As the FCC apparently might have guessed, Richie did not stick to her script at the award show during a banter session with fellow presenter and Simple Life costar Paris Hilton. Where Richie was to say, "Have you ever tried to get cow manure out of a Prada purse? It's not so freaking simple," Richie instead substituted "s--t" for "manure" and "f---ing" for "freaking." The improv was heard, and aired live, in the eastern time zone.  

A year earlier, at the 2002 Billboard Music Awards, it was Cher who sent network censors scrambling by accepting her Lifetime Achievement Award with a heartfelt, "People have been telling me I'm on the way out every year, right?

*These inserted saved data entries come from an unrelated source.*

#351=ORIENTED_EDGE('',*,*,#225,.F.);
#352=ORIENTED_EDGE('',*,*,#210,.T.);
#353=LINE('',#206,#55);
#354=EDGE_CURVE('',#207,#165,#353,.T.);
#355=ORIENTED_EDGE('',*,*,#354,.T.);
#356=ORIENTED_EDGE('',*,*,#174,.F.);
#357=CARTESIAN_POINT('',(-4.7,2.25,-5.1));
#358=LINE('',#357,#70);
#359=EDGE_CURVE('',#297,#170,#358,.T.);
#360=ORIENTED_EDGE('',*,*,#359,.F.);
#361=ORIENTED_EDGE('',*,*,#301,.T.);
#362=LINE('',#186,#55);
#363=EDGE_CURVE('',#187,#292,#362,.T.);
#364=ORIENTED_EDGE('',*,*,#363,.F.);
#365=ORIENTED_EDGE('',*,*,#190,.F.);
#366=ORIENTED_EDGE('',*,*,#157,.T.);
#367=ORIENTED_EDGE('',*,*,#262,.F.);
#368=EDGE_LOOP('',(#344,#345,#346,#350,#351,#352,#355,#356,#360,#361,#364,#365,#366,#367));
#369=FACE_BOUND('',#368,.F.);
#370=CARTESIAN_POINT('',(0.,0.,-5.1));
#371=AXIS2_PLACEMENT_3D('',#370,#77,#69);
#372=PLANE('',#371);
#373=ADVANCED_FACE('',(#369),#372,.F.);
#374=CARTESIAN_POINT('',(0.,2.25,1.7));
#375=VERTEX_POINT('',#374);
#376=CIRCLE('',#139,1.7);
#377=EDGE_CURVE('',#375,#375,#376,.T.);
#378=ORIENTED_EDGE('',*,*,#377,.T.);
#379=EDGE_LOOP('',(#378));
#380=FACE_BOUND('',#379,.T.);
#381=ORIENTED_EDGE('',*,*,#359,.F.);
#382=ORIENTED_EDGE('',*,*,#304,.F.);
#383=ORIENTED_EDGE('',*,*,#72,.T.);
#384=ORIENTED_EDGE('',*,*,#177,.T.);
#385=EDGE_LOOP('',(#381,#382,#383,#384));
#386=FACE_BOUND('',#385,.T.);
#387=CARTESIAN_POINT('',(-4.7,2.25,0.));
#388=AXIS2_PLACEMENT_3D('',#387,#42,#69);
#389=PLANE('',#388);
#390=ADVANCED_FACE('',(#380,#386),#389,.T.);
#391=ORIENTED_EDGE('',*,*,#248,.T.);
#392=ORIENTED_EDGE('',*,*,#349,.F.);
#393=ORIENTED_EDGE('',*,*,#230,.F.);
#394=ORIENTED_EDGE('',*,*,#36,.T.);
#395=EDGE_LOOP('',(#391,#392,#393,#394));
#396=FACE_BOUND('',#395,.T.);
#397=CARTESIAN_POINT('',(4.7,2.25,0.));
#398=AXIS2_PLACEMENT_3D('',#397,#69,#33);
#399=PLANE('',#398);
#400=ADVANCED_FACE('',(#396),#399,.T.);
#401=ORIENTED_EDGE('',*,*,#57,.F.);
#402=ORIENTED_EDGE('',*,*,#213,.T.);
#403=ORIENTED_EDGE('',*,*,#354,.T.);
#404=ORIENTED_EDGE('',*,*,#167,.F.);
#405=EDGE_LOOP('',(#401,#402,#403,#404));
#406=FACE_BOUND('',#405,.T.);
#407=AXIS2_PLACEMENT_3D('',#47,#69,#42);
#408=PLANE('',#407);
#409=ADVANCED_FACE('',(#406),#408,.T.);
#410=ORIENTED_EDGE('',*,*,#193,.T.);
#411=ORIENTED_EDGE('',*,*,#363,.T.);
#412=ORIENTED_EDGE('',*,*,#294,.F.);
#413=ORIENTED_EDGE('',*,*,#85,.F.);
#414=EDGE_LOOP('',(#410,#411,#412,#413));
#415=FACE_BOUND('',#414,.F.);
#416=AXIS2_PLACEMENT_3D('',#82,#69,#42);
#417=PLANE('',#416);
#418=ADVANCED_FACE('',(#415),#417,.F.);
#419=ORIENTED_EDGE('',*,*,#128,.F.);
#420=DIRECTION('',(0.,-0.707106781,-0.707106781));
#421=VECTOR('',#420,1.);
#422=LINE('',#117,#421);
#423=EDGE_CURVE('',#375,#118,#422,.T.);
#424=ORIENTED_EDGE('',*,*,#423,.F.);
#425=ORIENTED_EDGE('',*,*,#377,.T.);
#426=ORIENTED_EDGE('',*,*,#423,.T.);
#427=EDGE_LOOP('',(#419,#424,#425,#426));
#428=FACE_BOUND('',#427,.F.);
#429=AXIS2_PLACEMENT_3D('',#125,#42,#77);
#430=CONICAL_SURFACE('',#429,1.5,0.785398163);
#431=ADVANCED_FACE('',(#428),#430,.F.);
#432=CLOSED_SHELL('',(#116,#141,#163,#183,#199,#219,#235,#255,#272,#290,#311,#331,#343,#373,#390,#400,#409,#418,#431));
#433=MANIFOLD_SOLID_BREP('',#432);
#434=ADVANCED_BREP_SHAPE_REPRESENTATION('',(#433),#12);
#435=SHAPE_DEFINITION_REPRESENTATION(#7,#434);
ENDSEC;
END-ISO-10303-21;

So f--k 'em."  

In its defense, Fox argued that Cher's F-word did not come under FCC jurisdiction because it wasn't used to describe sex, but rather to "insult...an individual or group against whom the speaker had deep-seated feelings of ill-will."    

The FCC begged to differ. 

"Cher's use of the 'F-word'...is inextricably linked to the sexual meaning of the term," the agency said. 

The Early Show's "bulls--t" got a pass because it was deigned to have been uttered during a news interview; NYPD Blue got off the hook not because Detective Sipowicz didn't really say "bulls--t" (he did), but because he said it after 10 p.m. (The FCC doesn't oversee what decent or indecent things happen on the airwaves between 10 p.m. and 6 a.m.)   

The findings, issued Monday, revisited rulings first handed down last March. Back then, the FCC saw actionable profanity in the offending Early Show and NYPD Blue episodes, just as it did in the Cher and Richie utterances.  

The FCC ruling came at the same time as ones upholding its $550,000 fine of CBS for airing Janet Jackson's right breast during the 2004 Super Bowl, and declaring a 2004 episode of CBS' Without a Trace indecent and—like Jackson's breast—fineable.   

In April, ABC, CBS, NBC, Fox and Hearst-Argyle Television, an owner of 26 stations, including some that aired NYPD Blue, fired back with lawsuits charging the FCC was out of line.  

Out of that challenge came the new FCC review of the Cher, Richie, Early Show and NYPD Blue cases and, ultimately, the FCC's split decision on F-words and BS-words. 

Fox, broadcast home to the Cher and Richie F-words, was not thrilled with Monday's ruling.     

"[The] decision highlights our concern about the government's inability to issue consistent, reasoned decisions in highly sensitive First Amendment cases," the network said in a statement.

Cher and Richie didn't issue statements. But if they did, one can imagine they'd be full of choice words.